Here is a little *GFI Tester* I made to help analyze nuisance trips.
.


----------



## secutanudu (Mar 15, 2009)

Like joed asked, you need to find out if the breaker portion is tripping from Ampacity overload, or the gfci portion is tripping due to a possible ground fault. 

Try using your extension cord to plug it into a gfci _outlet_, see if anything trips.


----------



## awdblazer (Dec 30, 2010)

if you read your manual on the treadmill i am sure it says to not use on a gfci circuit


----------



## GD Lee (Mar 19, 2011)

Andrew
I didn't understand joed comment until I did a little investigating. The breaker is a Sqaure D Homeline AFCI. The way I understand it is that a AFCI is a little different design than a GFCI however would give me the same problems. The manual *does *specify not to plug into a GFCI outlet. (good comment awdblazer).
As far as whether it's the breaker portion or the AFCI portion that is tripped, I assumed they were tied together. The breaker switch is tripped and needs to be reset. The blue push button does not need reset. Does that mean that its tripping on over amperage? It's actually my son's treadmill and he's 50 miles away so I can't do much much troubleshooting today. It does not make any sense to me why it trips without an extension cord however when I plugged one in it runs fine. Its a 12 gauge 25 foot extension cord. I guess in 2002 there was a new code that specified that all bedroom outlets have to be on a AFCI circuit. He (my son) says that's the only place they have to put the treadmill. I think he's going to have to come up with another plan for it.
Thanks,
Garry


----------



## joed (Mar 13, 2005)

What size circuit does it say to use? Many tread mills require a 20 amp circuit. They could work on a 15 amp circuit but if close to the limit it might or might not trip the breaker.


----------



## GD Lee (Mar 19, 2011)

It specifies in the manual that a 15 amp circuit with nothing else on it. Tried unplugging everything on the circuit and made no difference.


----------



## jbfan (Jul 1, 2004)

When you ran the ext. coed, did you plug into another afci circuit?
Have you been using it for 2 mionths and it just started tripping the breaker?


----------



## GD Lee (Mar 19, 2011)

It has been used since mid November and just started tripping breakers. I first used the extention cord to run it to another circuit in an adjacent room and it did not trip. I thought that I had it a bad breaker but decided to use the extension cord on the original gfi circuit and it did not trip. I found this odd so ran it again without the cord and it tripped within a minute. Put the cord back on and it ran for 20 minutes with me on it at about 6 MPH and did not trip. ??


----------



## GD Lee (Mar 19, 2011)

Does anyone know if there ia a device, a type of filter, that can be used between a treadmill and an outlet that will filter nuisance frequency spikes that are tripping a AFCI breaker. It sounds like this is somewhat of a common problem since it is now a requirement to use these breakers on circuits that feed bedrooms. Like I stated in an earlier blog, when using an extension cord plugged into the same outlet it does not trip. I assum it acts as an inductance filter.


----------



## PaliBob (Jun 11, 2008)

GD Lee said:


> Does anyone know if there ia a device, a type of filter, ........?

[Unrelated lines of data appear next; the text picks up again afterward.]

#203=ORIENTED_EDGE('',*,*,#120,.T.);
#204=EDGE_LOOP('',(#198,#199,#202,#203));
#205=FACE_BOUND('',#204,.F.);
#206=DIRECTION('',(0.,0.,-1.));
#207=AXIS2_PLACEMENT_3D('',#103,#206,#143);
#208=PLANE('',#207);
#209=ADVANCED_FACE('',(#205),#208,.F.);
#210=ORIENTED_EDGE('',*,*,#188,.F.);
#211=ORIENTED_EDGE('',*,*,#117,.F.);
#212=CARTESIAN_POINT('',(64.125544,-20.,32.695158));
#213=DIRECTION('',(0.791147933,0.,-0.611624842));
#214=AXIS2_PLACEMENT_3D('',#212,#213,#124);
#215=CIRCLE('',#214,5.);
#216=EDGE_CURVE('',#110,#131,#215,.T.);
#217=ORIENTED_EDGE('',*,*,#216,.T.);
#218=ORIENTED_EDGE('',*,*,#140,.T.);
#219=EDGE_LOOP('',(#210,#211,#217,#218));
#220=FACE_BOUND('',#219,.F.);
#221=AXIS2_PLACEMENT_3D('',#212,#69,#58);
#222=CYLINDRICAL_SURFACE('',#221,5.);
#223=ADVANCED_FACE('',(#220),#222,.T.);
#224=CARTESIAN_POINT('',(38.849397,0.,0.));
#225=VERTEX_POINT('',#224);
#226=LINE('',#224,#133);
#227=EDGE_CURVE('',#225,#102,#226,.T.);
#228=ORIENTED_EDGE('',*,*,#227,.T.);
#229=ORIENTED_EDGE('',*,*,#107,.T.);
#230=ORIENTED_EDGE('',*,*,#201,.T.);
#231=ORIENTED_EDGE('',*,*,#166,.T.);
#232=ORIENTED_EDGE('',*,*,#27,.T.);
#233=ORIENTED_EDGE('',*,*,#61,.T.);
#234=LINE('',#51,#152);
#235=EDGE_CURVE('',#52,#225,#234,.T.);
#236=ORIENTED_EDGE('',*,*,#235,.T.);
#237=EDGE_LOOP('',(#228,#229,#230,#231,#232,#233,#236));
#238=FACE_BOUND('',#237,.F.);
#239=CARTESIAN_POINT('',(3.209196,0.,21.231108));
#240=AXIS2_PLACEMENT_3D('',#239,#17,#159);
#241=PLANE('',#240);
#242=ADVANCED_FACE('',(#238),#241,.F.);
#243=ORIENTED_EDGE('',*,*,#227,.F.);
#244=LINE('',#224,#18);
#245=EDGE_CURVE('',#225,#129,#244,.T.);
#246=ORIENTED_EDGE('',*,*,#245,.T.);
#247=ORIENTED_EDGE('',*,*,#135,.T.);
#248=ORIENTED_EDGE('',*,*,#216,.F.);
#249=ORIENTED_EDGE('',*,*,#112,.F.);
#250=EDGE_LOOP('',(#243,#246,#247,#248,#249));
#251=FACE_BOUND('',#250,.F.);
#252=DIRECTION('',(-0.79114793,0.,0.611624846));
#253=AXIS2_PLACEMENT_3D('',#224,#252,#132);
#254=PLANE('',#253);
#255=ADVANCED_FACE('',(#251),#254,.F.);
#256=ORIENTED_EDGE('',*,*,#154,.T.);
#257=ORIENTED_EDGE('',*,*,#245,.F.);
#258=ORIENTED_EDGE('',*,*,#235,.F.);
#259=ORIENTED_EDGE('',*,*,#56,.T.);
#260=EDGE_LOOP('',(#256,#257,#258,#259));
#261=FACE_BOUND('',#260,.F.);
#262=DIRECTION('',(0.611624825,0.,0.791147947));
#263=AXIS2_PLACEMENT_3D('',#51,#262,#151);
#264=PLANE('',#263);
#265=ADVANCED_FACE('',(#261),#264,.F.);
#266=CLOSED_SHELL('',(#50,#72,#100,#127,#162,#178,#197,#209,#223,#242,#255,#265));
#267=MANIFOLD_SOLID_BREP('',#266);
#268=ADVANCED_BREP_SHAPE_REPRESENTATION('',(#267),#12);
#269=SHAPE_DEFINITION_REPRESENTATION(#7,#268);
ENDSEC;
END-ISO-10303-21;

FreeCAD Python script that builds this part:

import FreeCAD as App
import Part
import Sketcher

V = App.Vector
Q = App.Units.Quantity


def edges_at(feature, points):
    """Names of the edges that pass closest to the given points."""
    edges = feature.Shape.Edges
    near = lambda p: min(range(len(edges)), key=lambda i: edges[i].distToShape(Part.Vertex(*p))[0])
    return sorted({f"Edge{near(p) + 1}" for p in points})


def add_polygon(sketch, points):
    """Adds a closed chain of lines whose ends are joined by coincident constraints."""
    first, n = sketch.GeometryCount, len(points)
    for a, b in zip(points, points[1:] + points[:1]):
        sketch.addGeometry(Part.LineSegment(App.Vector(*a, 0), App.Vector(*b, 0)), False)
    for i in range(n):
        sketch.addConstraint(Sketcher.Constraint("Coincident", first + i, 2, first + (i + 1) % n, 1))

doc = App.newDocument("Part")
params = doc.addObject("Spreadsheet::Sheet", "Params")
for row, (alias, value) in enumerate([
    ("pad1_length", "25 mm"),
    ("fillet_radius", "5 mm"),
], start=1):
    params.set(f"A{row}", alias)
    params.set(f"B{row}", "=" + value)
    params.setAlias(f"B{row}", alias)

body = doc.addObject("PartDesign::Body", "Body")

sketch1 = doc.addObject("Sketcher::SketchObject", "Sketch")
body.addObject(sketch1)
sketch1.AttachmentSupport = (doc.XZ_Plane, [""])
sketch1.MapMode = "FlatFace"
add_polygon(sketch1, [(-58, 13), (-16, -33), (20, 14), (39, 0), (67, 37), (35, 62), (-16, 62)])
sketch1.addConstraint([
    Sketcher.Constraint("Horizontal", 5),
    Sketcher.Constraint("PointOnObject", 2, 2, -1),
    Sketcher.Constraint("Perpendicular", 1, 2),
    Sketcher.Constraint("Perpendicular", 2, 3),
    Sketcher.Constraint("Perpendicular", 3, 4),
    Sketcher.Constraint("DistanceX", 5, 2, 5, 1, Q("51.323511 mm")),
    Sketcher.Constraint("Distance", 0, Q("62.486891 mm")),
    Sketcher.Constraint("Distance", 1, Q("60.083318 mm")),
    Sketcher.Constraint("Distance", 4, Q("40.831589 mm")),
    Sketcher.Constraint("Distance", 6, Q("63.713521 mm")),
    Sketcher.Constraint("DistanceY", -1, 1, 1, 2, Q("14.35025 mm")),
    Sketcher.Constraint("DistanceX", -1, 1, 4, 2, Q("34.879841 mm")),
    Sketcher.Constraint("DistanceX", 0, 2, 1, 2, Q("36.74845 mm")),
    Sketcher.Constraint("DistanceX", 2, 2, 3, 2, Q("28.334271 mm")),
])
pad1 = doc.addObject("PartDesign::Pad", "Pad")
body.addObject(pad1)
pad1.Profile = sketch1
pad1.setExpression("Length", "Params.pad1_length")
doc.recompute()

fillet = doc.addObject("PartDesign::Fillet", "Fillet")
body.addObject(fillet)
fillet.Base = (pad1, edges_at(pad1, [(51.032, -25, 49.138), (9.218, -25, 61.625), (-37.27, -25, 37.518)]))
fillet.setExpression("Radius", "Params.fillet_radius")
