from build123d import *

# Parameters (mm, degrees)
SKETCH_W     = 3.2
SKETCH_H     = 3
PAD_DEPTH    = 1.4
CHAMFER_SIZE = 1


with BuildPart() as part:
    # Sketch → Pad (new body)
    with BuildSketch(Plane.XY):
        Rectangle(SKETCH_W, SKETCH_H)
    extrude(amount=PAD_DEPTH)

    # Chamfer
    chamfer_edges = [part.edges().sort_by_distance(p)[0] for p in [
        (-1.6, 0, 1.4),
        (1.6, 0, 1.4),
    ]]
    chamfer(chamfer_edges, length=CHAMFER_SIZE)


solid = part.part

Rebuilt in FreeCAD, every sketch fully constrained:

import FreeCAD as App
import Part
import Sketcher
Q = App.Units.Quantity


def edges_at(feature, points):
    """Names of the edges that pass closest to the given points."""
    edges = feature.Shape.Edges
    near = lambda p: min(range(len(edges)), key=lambda i: edges[i].distToShape(Part.Vertex(*p))[0])
    return sorted({f"Edge{near(p) + 1}" for p in points})

doc = App.newDocument("Part")
body = doc.addObject("PartDesign::Body", "Body")

sketch1 = doc.addObject("Sketcher::SketchObject", "Sketch")
body.addObject(sketch1)
sketch1.AttachmentSupport = (doc.XY_Plane, [""])
sketch1.MapMode = "FlatFace"
sketch1.addGeometry(Part.LineSegment(App.Vector(-1.6, 1.5, 0), App.Vector(-1.6, -1.5, 0)), False)
sketch1.addGeometry(Part.LineSegment(App.Vector(-1.6, -1.5, 0), App.Vector(1.6, -1.5, 0)), False)
sketch1.addGeometry(Part.LineSegment(App.Vector(1.6, -1.5, 0), App.Vector(1.6, 1.5, 0)), False)
sketch1.addGeometry(Part.LineSegment(App.Vector(1.6, 1.5, 0), App.Vector(-1.6, 1.5, 0)), False)
sketch1.addConstraint(Sketcher.Constraint("Coincident", 0, 2, 1, 1))
sketch1.addConstraint(Sketcher.Constraint("Coincident", 1, 2, 2, 1))
sketch1.addConstraint(Sketcher.Constraint("Coincident", 2, 2, 3, 1))
sketch1.addConstraint(Sketcher.Constraint("Coincident", 3, 2, 0, 1))
sketch1.addConstraint(Sketcher.Constraint("Vertical", 0))
sketch1.addConstraint(Sketcher.Constraint("Horizontal", 1))
sketch1.addConstraint(Sketcher.Constraint("Vertical", 2))
sketch1.addConstraint(Sketcher.Constraint("Horizontal", 3))
sketch1.addConstraint(Sketcher.Constraint("Symmetric", 0, 2, 2, 2, -1, 1))
sketch1.addConstraint(Sketcher.Constraint("DistanceY", 0, 2, 0, 1, Q("3 mm")))
sketch1.addConstraint(Sketcher.Constraint("DistanceX", 1, 1, 1, 2, Q("3.2 mm")))
pad1 = doc.addObject("PartDesign::Pad", "Pad")
body.addObject(pad1)
pad1.Profile = sketch1
pad1.Length = 1.4
doc.recompute()

chamfer = doc.addObject("PartDesign::Chamfer", "Chamfer")
body.addObject(chamfer)
chamfer.Base = (pad1, edges_at(pad1, [(-1.6, 0, 1.4), (1.6, 0, 1.4)]))
chamfer.Size = 1

doc.recompute()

Not a pi filter but a good quality power *Isolation Transformer *with a low inter winding capacitance should do the trick. What are the treadmill power requirements?


----------



## Whitepower (Mar 13, 2011)

Ive seen this problem plenty of times. What else on the circuit with the gfi breaker. Anytime a homeowner had this problem they plugged their treadmill into an unknowingly maxed circuit. Find out what else is also on the circuit, you may need its own dedicated circuit.


----------



## GD Lee (Mar 19, 2011)

I'll try an isolation transformer. Any suggestion to make and model? That would be an easy fix. Its located upstairs and a dedicated circuit would be difficult and with the AFCI requirement I'm afraid a dedicated circuit may not fix the problem unless there are neutrals tied together somewhere in the circuit. Thats something I will look at. thanks


----------



## GD Lee (Mar 19, 2011)

If the "tool geek's" idea of using an isolation transformer does not work I will look into hiring an electrician to run a dedicated circuit. If I need to do that I have it ran with 12 gauge and add a 20 amp GFCI breaker. JUst not sure how they will get it to the 2nd floor bedroom. I'm sure there is a way. The garage and breaker box is below which helps.


----------



## PaliBob (Jun 11, 2008)

GD, A Power Isolation Transformer able to drive your treadmill would be *big bucks*.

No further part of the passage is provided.